Department of Treasury – Transfer Pricing Examination Process And Updates (Part VI)

Transfer Pricing Examination Process, Part VI

(The Transfer Pricing Examination Process was recently updated by the Department of Treasury – June 2018. TaxConnections posts this valuable eight part a series to keep you informed of these changes.)

E. Issue Development

1. Economic Analysis
The issue team should work with the economist to perform an economic analysis consistent with the working hypothesis to:

• Evaluate the taxpayer’s best method analysis
– Consider whether the taxpayer’s method, as applied, or whether the method with adjustments, would reflect an arm’s length result. If not, refer to Revised Instructions for LB&I on Transfer Pricing Issue Selection and Scope of Analysis – Best Method Selection
• Analyze the facts, including accounting data, to determine the applicable legal analysis
• Prepare a draft Economist Report, as appropriate. Arrange a meeting with the taxpayer to discuss the economic analysis to date

• When the transaction involves a treaty partner, the issue team will regularly coordinate regarding the economics of the transaction with APMA
• If the taxpayer asserts an IRC Section 482 setoff:
– Issue additional IDRs for information, as necessary
– Request a comparability and economic analysis that supports the potential setoff, as appropriate
– Request the taxpayer’s support of the setoff. Generally, the taxpayer should be able to support the setoff in the same manner as the original controlled transaction under examination
– Consider how a setoff will affect the examination plan, timeline, and ECD, if applicable

Helpful Reference:
APMA Program Contact Information
Rev. Proc. 2005-46 – setoff procedures

2. Penalties
Penalties should be considered whenever adjustments are made to a tax return. The determination whether to assert penalties, identify the appropriate penalties, and calculate the penalty amount accurately is primarily the issue team’s responsibility and should take place throughout the examination process. Workpapers must support the analysis and conclusion. Issue teams should consult with LB&I Division Counsel and Associate Chief Counsel International (ACCI), as appropriate.

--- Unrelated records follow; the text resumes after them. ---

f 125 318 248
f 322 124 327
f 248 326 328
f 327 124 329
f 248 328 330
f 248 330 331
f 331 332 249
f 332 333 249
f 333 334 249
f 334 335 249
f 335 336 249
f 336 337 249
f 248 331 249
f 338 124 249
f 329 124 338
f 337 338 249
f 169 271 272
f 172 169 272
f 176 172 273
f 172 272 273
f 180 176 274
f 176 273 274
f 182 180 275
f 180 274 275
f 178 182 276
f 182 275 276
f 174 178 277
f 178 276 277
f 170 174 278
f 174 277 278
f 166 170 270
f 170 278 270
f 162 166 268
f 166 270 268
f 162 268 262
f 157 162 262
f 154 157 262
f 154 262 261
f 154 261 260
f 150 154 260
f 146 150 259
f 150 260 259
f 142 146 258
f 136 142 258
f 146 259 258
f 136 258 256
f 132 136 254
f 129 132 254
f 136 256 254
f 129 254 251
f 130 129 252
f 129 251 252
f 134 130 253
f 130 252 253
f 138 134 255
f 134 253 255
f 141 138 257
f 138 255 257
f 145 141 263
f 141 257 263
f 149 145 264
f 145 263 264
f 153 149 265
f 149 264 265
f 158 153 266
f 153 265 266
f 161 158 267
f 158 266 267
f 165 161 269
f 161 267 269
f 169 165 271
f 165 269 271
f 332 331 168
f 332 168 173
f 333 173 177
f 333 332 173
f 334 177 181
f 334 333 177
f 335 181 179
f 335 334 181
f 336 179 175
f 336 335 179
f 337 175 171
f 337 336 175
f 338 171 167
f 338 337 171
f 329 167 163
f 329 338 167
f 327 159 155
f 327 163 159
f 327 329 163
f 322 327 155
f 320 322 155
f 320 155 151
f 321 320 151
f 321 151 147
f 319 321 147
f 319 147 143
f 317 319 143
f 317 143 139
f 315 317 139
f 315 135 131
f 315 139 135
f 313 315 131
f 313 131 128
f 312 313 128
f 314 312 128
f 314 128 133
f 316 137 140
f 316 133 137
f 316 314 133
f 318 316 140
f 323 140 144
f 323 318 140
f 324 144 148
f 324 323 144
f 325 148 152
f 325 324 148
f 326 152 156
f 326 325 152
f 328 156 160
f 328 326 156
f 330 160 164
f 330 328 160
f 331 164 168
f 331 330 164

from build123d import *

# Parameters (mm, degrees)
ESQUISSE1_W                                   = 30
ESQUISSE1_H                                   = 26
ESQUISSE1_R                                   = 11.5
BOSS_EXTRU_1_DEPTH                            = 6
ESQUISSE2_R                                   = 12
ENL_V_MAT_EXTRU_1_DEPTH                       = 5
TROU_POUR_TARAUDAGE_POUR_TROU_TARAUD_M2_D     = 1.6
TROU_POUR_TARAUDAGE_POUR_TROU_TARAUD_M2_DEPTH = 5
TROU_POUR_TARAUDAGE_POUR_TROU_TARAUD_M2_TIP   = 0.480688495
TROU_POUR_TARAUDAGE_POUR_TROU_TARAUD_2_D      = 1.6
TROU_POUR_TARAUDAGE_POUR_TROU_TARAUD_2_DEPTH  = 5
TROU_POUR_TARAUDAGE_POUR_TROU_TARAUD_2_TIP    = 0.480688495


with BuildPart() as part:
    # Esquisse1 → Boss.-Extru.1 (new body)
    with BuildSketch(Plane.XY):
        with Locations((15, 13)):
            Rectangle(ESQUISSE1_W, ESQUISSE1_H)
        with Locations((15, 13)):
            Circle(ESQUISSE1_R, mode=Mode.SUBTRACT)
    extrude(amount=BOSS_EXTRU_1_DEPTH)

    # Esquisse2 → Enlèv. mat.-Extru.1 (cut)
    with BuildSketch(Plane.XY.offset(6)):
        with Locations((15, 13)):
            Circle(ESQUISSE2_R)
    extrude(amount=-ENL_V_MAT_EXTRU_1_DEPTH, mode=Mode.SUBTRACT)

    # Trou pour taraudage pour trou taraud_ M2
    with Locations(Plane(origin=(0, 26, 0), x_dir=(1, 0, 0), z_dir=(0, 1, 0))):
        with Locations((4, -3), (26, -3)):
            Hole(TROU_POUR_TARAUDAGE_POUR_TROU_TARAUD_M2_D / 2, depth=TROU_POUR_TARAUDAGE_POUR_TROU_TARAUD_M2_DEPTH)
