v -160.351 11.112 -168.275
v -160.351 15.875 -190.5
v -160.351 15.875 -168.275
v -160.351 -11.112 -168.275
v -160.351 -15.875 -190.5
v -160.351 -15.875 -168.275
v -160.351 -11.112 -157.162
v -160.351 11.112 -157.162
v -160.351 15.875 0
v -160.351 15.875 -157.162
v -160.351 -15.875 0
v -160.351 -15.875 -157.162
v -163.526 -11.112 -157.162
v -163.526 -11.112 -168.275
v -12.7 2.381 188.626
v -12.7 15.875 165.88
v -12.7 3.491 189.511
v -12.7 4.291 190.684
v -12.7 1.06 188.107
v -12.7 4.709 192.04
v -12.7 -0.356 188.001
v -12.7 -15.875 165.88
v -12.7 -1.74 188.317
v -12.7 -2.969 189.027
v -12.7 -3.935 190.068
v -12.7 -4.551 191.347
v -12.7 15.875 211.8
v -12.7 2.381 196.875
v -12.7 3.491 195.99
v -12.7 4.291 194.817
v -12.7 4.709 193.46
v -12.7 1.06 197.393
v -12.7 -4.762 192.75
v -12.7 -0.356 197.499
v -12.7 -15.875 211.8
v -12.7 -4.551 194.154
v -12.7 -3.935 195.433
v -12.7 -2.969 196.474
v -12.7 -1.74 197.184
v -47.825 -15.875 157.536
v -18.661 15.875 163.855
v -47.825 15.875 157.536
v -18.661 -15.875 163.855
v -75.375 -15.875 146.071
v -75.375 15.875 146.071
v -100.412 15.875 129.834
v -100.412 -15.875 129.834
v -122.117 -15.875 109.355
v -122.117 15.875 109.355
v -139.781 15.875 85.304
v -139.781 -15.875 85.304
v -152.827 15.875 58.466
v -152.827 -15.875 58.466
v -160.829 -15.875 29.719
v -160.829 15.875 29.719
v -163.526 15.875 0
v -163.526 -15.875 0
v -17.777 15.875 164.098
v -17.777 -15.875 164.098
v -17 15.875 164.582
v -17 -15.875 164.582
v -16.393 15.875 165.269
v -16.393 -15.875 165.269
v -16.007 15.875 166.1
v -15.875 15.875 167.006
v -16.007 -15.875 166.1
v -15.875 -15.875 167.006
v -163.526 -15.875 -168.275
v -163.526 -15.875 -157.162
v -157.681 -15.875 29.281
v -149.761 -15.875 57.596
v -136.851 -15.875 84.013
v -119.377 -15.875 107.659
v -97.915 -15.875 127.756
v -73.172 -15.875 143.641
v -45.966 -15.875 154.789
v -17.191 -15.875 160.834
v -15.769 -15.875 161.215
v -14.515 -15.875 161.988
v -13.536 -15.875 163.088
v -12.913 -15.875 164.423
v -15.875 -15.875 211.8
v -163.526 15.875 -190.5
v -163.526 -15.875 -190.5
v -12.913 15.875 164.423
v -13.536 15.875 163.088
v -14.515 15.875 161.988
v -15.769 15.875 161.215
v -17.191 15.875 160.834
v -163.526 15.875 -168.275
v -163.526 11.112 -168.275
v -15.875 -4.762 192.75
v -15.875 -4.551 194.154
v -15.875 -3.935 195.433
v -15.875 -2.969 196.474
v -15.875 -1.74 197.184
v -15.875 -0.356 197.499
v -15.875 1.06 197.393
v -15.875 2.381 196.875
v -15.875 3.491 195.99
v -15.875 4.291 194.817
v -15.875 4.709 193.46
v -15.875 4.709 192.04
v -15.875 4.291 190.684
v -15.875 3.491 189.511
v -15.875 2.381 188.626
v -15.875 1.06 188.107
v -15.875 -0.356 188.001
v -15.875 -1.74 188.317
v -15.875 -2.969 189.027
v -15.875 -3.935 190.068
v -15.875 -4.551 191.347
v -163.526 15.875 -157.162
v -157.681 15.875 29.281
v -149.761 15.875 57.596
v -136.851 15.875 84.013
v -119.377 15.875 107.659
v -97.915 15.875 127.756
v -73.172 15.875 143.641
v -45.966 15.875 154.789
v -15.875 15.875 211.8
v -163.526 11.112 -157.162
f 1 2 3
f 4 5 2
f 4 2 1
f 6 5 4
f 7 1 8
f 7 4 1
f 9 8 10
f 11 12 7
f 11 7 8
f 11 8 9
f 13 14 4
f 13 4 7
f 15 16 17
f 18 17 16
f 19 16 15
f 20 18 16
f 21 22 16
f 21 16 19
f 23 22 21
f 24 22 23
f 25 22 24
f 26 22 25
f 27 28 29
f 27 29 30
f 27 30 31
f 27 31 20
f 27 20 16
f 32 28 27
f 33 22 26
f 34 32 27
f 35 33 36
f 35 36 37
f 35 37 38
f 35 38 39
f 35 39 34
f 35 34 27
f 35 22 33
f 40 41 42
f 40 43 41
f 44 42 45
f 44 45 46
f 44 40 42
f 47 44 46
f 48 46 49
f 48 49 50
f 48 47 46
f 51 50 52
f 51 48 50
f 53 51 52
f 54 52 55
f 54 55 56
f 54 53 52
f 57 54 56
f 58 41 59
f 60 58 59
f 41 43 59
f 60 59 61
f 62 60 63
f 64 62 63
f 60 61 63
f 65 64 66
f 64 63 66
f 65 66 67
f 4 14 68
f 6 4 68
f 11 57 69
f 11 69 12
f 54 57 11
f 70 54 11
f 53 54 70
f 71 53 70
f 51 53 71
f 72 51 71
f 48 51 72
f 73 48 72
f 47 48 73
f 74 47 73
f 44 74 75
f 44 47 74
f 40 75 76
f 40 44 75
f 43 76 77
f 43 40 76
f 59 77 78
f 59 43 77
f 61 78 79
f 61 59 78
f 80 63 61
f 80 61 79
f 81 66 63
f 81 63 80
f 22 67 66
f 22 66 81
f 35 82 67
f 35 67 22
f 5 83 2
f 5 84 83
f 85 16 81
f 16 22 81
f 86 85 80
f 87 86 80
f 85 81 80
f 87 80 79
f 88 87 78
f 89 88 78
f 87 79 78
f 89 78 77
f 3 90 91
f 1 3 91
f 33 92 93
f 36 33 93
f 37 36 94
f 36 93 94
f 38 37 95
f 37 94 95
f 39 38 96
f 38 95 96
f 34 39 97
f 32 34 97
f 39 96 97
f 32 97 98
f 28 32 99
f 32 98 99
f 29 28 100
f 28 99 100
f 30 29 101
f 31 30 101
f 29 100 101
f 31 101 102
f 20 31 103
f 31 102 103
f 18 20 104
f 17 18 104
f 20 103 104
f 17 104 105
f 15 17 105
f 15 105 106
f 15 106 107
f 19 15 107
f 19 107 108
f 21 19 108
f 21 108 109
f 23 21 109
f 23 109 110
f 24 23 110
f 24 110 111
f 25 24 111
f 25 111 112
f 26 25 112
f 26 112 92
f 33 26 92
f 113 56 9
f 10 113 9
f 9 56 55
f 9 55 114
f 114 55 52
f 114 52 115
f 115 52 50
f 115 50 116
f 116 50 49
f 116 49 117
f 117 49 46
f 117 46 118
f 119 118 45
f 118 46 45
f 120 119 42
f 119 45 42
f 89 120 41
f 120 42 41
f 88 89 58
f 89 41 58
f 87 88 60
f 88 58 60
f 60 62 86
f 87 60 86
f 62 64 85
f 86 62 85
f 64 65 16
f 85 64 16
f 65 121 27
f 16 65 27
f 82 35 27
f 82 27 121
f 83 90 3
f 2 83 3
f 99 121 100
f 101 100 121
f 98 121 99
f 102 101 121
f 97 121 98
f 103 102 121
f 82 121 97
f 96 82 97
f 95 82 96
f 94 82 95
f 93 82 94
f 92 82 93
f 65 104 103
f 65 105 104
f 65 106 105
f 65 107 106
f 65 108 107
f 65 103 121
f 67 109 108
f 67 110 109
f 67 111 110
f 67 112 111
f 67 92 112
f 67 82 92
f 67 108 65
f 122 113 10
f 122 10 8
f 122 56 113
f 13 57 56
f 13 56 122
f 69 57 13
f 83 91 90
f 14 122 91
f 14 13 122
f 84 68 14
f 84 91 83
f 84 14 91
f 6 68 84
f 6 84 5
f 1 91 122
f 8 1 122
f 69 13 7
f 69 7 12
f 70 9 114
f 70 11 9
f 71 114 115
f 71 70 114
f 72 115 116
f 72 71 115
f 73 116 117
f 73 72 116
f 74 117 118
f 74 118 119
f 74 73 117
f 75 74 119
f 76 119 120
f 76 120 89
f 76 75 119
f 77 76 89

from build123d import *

# Parameters (mm, degrees)
F0_W     = 3.175
F0_H     = 28.575
F1_DEPTH = 15.875
F2_R     = 3.175
F3_R     = 5.08
F4_R     = 4.7625
F5_DEPTH = 3.176
F6_W     = 4.7625
F6_H     = 11.1125
F7_DEPTH = 25.4


with BuildPart() as f1:
    # F0 (on Front) → F1 (new body, symmetric)
    with BuildSketch(Plane.XZ):
        with BuildLine():
            ThreePointArc((-160.35073, 0), (-117.864138, 109.335137), (-12.7, 161.294609))
            Line((-12.7, 161.294609), (-12.7, 211.800312))
            Line((-12.7, 211.800312), (-15.875, 211.800312))
            Line((-15.875, 211.800312), (-15.875, 164.175312))
            ThreePointArc((-15.875, 164.175312), (-121.183386, 110.401847), (-163.52573, 0))
            Line((-163.52573, 0), (-163.52573, -161.925))
            Line((-163.52573, -161.925), (-160.35073, -161.925))
            Line((-160.35073, -161.925), (-160.35073, 0))
        make_face()
        with Locations((-161.93823, -176.2125)):
            Rectangle(F0_W, F0_H)
    extrude(amount=F1_DEPTH, both=True)

    # F2
    f2_edges = [f1.edges().sort_by_distance(p)[0] for p in [
        (-15.875, 0, 164.175312),
    ]]
    fillet(f2_edges, radius=F2_R)

    # F3
    f3_edges = [f1.edges().sort_by_distance(p)[0] for p in [
        (-12.7, 0, 161.294609),
    ]]
    fillet(f3_edges, radius=F3_R)

    # F4 (on face) → F5 (cut, through all)
    with BuildSketch(Plane(origin=(-15.875, 0, 0), x_dir=(0, -1, 0), z_dir=(-1, 0, 0))):
        with Locations((0, 192.750312)):
            Circle(F4_R)
    extrude(amount=-F5_DEPTH, mode=Mode.SUBTRACT)

    # F6 (on face) → F7 (cut)
    with BuildSketch(Plane(origin=(-163.52573, 0, 0), x_dir=(0, -1, 0), z_dir=(-1, 0, 0))):
        with Locations((-13.49375, -162.71875)):
            Rectangle(F6_W, F6_H)
        with Locations((13.49375, -162.71875)):
            Rectangle(F6_W, F6_H)
    extrude(amount=-F7_DEPTH, mode=Mode.SUBTRACT)


solid = f1.part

One potential penalty is the IRC 6662(e) penalty. Regulations require the IRS to apply penalties when the taxpayer fails to create or to timely provide IRC §6662(e) documentation or when the IRC §6662(e) documentation provided is unreasonable or inadequate, assuming the net adjustment penalty thresholds are met. IRC §6662(e) documentation does not automatically protect against penalties because the IRC §6662(e) documentation must be assessed for adequacy and reasonableness. To meet the reasonable cause exception of the penalty regulations, taxpayers must document they reasonably selected the best method for their analysis and they reasonably applied that best method. Factors to consider in evaluating the adequacy of a taxpayer’s transfer pricing documentation are outlined in the regulations.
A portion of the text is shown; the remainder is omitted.